Rauda Morcos, writer and educator, living in a small town in Northern Israel, relates her own experience of facing hatred and outrage because of what she stands for. A journalist working with a leading conservative Israeli newspaper (Yedeot Ahronot/ The Latest News) interviewed Morcos and published an article about her poetry in July 2003. Although she mentioned her lesbian identity in passing during the interview, this L-word gave the article its juicy title, enough to make people want to read on. All of a sudden, the Arab population of her home town, which she generally assumed to have no interest in the literary supplements of Hebrew newspapers, seemed to have read the article and had something to say about her. Local corner shop owners made photocopies and distributed it, because, after all, everyone knew it was about the daughter of so-and-so from their own town. The consequences of that article were far more serious than Rauda had imagined: her car windows were smashed and tyres were punctured several times, she received innumerable threatening letters and phone calls, and to top it all, 'coincidentally' lost her job as a school teacher, since parents of pupils complained that they did not want her as a teacher. Whether she liked it or not, Rauda had taken a step out of the closet, at the risk of endangering her own life and being criminalised in return. She however used this experience as a means of self-empowerment. "In such situations," she comments in a tongue-in-cheek manner, " you realise very quickly who your true friends are and who is a waste of time. Once you step out of one closet, it becomes easier to step out of the next."
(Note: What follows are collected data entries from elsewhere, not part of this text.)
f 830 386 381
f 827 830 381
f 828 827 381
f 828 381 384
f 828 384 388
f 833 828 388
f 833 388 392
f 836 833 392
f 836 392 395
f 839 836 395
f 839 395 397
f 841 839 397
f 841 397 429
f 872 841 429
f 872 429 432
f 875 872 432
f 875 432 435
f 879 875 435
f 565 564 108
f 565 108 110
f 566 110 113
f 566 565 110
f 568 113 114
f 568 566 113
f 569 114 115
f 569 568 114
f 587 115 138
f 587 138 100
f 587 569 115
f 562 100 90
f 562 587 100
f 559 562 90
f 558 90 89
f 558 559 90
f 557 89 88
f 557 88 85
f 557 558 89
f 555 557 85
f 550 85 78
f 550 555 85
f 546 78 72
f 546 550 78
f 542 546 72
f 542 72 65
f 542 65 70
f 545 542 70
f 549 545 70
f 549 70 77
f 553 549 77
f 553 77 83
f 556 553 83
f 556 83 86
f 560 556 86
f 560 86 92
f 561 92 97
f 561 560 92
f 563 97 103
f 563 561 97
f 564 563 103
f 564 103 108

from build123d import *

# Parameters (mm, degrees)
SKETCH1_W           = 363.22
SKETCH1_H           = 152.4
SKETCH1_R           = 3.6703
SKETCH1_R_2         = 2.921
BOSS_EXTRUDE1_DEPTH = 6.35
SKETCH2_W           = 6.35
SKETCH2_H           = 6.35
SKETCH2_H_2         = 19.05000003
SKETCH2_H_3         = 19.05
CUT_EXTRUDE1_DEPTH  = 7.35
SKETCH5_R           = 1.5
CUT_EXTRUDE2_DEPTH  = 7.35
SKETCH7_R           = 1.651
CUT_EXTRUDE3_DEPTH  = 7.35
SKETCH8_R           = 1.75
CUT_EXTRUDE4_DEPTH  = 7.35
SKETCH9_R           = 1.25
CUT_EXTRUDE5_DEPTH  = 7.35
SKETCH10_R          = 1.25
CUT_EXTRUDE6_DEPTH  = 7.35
Rauda is one of the few women in ASWAT who is "out". The women in the group come from all kinds of backgrounds and circumstances: some bisexual, some lesbian queers, transsexual, and transgender, inter sex, some, in her own words, just confused. Yet ASWAT provides the forum to be open about these questions inside the group, and nevertheless find the arsenal with which to fight their common battle. At the same time, it also allows for searching for role models outside of Western gay-lesbian lifestyle codes, for an expression of diversity in female sexualities from within the diversity in Arab society.